Her gün sözcü gazetesini okurum hele dün tam sekiz martta ki ölüm hikayeleri tüylerimi diken diken yaptı. sonra sordum bunlar neden yaşanıyor diye cahillik dedim ama cahillikten daha kötü cahallık olabir mi diye düşündüm cahallıksa ne kadar aklıma o kadar çok şey geldi ki hatta neden öldürdün sorusuna çok sevdiğim için öldürdüm diyenlere bile şahit olduk önlemesi için adli siyasi önlemlerden ziyade bilinçli bireylere biliçli topluma ihtiyaç var birbirini anlamak varken yok etmek olmamalı hayat.
ha kutsal kitapta sevmediklerinizi katlanırsanız sevdiklerinizi ulaşırsınız okumuştum gençliğimde doğru bir düşünceydi belki ama yaşlanınca değiştim sevmediğine katlanmak diye bir şey yok sevgi insanın kendisi olmalı nasıl başımıza bir hal geldiğinde geçmiş olsun kalbim diyorsak insan kendinden başlamalı hayata cennet cehennem yaşarken var diye düşünüyorum.
Emekçi kadınlar günü kadınlarımızın güldüğü mutlu olduğu haklarına kavuştuğu gündür günleridir. Bu yorumda Dünya liderimiz Mustafa Kemal Atatürk ü kadınlarımız için verdiği mücadele ve devrimleri yazmasaydım yorumda yarım kalırdı.
Saygı ve selam ile.
Artık kadınlara çiçek, böcek sıfatları takıp güvenli limanlar vaad etmeyi kesin beyler. Biz bu filmi yüzyıllardır izliyoruz, izlerken ölüyoruz. Gölge etmeyin, basın gidin. Biz kendi kararlarımızı verebiliriz, kendi bedenimizle ne yapacağımıza karar verecek aklımız, gelecek için yolumuzu çizecek öngörümüz var. Siz kimsiniz!
Çiçek senin babandır!
Birgün elbet
Haklısınız.Sabah kapı çaldı açtım.Bir de ne göreyim? Çiçekçi belediye başkanı karanfil dağıtıyor.Oysa kendisinin oturmasını bilmediğinden aşırı kırışan pantolonunun ütüsünü beğenmemesinden dolayı eşini her an azarlar.Demezler mi kardeşim sen önce eşinden başla karanfil dağıtmaya..Hoş karanfili daha çok kasaplar bulunduruyor mezbahada..Anlayana..Duyarlılık adına..Sağlıcakla.Saygıyla.

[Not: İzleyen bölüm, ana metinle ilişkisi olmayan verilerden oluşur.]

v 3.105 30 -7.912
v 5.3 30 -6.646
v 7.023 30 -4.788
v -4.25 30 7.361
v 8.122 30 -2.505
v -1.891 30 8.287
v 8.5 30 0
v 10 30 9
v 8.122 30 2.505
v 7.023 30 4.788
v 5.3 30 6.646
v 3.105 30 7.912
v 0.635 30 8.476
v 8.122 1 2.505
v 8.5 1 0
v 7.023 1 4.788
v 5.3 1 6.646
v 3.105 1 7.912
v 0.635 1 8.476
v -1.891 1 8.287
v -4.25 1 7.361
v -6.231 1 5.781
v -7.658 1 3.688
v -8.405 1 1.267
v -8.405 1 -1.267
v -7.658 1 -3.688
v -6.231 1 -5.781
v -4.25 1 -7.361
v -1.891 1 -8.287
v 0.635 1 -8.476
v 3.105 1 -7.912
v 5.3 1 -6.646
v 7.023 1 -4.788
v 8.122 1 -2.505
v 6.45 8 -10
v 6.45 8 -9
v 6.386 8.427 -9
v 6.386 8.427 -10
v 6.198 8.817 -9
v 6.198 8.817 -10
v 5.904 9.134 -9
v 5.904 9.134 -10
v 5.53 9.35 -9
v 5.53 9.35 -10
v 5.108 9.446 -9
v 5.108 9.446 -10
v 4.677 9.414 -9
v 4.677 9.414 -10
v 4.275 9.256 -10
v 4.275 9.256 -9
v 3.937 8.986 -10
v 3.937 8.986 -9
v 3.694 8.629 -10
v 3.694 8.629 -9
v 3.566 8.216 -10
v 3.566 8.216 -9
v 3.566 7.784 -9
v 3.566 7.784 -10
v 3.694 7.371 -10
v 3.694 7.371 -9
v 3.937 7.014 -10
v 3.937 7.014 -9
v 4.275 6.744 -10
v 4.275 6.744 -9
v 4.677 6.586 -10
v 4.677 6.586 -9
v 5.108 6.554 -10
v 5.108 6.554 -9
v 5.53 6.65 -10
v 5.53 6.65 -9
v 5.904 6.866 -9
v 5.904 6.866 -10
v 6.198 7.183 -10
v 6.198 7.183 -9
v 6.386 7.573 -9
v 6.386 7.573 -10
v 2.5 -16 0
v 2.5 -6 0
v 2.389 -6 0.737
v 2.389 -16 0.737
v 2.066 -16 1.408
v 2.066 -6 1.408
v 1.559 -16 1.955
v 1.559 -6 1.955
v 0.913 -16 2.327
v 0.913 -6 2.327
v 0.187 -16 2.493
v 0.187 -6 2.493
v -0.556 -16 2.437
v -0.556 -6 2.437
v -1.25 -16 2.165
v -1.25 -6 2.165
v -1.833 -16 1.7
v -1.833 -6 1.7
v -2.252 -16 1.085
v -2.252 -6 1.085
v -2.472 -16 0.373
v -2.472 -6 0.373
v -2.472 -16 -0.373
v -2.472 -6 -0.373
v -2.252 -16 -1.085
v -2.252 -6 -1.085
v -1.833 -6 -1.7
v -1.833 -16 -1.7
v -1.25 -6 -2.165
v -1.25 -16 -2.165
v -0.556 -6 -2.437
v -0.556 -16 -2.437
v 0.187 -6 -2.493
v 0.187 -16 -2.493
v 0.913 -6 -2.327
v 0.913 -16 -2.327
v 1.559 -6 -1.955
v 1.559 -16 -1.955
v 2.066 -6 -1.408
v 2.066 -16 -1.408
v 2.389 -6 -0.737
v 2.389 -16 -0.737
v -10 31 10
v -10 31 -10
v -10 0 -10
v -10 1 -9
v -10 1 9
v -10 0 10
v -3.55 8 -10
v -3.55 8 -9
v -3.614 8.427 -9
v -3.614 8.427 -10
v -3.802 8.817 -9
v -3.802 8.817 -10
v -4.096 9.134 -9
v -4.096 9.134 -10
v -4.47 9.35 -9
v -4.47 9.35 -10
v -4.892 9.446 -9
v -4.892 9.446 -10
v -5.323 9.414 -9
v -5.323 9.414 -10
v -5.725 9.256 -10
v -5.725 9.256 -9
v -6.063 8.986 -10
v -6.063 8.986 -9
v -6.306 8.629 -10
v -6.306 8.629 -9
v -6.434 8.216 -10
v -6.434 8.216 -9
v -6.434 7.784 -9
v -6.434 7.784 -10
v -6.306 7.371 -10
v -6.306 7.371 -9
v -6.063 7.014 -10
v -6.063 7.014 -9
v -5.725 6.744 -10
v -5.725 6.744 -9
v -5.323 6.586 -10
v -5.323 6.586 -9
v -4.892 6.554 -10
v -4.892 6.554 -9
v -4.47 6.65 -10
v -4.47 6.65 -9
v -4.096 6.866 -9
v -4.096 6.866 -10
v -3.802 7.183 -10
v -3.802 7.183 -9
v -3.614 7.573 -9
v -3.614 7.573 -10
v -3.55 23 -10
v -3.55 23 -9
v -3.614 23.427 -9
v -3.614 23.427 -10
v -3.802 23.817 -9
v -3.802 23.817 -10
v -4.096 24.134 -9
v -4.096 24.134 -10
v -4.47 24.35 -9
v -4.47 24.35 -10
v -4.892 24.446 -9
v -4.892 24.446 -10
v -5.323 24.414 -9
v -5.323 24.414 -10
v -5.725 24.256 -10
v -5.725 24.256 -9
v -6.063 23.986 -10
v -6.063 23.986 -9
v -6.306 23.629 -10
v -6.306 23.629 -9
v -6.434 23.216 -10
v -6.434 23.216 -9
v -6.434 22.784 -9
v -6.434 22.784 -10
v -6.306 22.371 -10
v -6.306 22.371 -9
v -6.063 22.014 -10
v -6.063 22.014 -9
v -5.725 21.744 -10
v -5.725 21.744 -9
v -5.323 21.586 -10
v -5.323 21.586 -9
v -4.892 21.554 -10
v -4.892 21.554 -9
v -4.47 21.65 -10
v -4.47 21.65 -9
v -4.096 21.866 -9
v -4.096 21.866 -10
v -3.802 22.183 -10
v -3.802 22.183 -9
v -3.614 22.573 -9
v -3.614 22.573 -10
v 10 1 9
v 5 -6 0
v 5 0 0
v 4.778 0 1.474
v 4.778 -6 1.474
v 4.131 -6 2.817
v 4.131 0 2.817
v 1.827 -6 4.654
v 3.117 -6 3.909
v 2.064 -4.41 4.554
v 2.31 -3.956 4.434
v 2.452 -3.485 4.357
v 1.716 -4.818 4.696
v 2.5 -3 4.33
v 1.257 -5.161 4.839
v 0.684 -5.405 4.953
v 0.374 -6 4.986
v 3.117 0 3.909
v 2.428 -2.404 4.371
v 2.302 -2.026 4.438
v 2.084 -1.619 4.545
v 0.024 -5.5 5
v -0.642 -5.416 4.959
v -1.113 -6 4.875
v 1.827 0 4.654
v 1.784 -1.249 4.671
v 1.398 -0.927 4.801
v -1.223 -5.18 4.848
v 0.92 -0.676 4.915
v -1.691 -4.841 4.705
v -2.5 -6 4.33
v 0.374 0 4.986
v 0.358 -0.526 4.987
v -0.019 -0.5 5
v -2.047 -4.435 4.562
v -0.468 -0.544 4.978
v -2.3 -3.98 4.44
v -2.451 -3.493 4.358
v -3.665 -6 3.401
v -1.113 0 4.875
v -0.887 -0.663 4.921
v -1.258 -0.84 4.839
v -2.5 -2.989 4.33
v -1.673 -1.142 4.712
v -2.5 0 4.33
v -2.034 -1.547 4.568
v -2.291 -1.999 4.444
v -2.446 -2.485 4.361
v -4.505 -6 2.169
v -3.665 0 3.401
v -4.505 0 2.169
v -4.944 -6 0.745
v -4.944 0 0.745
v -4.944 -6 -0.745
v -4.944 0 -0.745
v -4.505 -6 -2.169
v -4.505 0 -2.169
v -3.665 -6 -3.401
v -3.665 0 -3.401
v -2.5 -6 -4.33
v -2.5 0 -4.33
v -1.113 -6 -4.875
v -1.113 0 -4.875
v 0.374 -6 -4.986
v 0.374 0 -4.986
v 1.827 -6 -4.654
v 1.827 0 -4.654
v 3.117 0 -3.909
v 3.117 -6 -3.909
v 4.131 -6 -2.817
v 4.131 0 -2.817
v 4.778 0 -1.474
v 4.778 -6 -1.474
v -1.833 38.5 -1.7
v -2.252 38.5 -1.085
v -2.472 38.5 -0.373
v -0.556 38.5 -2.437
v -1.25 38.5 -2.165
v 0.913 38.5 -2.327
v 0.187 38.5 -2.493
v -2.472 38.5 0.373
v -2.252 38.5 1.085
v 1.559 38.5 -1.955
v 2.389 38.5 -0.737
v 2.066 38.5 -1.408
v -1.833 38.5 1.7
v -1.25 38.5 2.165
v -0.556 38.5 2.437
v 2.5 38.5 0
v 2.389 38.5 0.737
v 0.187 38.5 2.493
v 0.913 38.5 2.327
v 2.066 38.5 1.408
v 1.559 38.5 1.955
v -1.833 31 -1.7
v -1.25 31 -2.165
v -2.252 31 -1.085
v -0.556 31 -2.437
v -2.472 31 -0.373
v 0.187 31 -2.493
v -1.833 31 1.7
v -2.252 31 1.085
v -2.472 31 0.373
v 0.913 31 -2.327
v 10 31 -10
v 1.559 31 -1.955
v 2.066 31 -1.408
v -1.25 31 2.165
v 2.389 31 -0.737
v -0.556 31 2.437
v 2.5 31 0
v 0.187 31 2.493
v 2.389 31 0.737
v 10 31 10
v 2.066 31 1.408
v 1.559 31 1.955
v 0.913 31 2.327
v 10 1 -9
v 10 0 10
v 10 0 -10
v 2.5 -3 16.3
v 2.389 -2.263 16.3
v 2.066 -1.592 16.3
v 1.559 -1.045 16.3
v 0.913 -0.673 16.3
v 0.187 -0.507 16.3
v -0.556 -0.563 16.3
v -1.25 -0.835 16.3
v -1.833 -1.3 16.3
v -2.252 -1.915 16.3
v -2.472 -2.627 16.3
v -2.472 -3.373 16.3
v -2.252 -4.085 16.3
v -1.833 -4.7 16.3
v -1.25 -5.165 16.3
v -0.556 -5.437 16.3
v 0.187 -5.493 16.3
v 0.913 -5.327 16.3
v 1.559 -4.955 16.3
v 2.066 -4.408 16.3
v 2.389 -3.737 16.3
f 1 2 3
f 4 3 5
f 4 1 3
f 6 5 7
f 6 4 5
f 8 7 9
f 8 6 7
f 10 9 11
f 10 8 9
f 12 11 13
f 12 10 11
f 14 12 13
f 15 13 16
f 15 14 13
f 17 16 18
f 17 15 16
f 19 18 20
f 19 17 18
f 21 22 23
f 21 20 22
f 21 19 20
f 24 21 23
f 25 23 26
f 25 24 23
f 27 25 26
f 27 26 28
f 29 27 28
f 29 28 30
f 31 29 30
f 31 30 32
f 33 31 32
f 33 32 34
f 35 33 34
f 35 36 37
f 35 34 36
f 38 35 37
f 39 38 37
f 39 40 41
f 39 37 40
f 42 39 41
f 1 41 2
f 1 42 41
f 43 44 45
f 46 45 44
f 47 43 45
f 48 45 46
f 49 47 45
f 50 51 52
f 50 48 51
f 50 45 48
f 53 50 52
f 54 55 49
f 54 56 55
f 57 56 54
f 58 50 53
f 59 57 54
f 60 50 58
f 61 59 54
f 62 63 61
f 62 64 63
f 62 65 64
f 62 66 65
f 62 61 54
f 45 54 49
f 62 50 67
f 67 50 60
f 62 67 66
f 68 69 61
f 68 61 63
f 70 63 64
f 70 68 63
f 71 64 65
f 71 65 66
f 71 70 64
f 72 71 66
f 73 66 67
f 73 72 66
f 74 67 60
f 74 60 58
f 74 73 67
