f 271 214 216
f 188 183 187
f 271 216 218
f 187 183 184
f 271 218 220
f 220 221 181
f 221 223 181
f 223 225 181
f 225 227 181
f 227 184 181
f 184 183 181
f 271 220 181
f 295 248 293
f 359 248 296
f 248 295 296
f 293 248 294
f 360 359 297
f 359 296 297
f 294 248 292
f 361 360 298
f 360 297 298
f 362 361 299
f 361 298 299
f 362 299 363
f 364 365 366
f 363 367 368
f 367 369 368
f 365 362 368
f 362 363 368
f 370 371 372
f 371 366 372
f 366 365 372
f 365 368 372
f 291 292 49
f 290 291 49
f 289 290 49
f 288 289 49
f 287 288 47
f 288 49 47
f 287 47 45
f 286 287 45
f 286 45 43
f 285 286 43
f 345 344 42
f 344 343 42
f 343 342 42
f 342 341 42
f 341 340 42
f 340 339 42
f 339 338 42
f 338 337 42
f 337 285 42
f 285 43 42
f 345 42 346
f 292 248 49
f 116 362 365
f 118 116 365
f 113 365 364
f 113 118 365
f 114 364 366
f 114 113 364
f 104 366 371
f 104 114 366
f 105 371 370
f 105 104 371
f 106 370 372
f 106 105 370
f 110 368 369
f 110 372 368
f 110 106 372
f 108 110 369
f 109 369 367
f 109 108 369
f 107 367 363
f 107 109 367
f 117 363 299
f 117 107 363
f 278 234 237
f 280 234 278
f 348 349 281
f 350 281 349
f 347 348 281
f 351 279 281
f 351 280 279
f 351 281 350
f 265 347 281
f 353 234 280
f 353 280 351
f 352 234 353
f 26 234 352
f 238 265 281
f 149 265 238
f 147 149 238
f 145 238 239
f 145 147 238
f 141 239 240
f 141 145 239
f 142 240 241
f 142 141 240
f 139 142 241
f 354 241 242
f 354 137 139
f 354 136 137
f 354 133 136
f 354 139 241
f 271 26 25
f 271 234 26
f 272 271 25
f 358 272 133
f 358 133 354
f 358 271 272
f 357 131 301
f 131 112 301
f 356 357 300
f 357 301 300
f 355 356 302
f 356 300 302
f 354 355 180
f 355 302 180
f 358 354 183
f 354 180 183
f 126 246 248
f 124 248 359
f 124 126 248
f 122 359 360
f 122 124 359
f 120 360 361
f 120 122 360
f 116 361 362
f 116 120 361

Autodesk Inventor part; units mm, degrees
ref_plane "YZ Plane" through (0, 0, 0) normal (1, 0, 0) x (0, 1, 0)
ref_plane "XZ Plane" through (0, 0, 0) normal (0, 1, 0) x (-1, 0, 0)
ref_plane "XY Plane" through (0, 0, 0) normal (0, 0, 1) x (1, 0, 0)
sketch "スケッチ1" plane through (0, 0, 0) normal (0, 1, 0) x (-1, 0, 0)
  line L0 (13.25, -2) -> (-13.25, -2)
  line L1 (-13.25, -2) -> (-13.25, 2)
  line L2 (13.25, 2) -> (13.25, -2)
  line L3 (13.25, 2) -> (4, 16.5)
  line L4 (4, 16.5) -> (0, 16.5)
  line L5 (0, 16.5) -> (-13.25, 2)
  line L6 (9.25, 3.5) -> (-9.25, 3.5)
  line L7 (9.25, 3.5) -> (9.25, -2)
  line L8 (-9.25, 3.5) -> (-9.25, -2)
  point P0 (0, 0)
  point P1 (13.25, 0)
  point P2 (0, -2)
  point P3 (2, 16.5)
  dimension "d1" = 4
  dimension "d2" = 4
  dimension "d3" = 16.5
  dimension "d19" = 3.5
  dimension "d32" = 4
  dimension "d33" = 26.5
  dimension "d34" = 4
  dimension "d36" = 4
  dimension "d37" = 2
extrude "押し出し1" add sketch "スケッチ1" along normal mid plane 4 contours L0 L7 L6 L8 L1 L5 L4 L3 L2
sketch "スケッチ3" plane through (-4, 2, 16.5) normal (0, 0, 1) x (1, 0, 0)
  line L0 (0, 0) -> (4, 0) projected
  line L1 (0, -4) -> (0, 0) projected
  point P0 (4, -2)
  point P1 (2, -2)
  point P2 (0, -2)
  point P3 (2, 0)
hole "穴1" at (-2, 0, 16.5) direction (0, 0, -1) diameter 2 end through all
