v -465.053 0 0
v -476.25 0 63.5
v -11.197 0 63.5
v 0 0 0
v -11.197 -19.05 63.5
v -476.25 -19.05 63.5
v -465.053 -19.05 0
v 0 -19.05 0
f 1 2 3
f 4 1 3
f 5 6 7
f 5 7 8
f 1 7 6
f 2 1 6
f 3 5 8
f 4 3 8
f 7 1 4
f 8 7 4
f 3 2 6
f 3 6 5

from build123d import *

# Parameters (mm, degrees)
F0_W     = 476.25
F0_H     = 63.5
F1_DEPTH = 19.05
F3_DEPTH = 25.4
F5_DEPTH = 25.4


with BuildPart() as f1:
    # F0 (on Front) → F1 (new body)
    with BuildSketch(Plane.XZ):
        with Locations((-238.125, 31.75)):
            Rectangle(F0_W, F0_H)
    extrude(amount=F1_DEPTH)

    # F2 (on face) → F3 (cut)
    with BuildSketch(Plane.XZ.offset(19.05)):
        Polygon((-465.053237, 0), (-476.25, 63.5), (-476.25, 0), align=None)
    extrude(amount=-F3_DEPTH, mode=Mode.SUBTRACT)

    # F4 (on face) → F5 (cut)
    with BuildSketch(Plane.XZ.offset(19.05)):
        Polygon((-11.196763, 63.5), (0, 0), (0, 63.5), align=None)
    extrude(amount=-F5_DEPTH, mode=Mode.SUBTRACT)


solid = f1.part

sonsuz tesekkurler duyarlı insan,
kadın erkek gibi söylemleri hiç sevmiyorum,
ben bir insan olarak ,
kendi mi suçlu hissediyorum,
sadece utanıyorum insanlığımdan...
çözüm aile yapısının genetiğinde diye düşünüyorum,
çare mi?,
aslında bir çok çözüm yolu var,
fakat bunlar sadece lafta kalıyor,
kayda alınmayacak tedbirler
getiriliyor, yeterli mi?, asla
şu bir gerçek;
ateş düştüğü yeri yakıyor,
peki yarın her hangi birimizin başına gelirse!!!!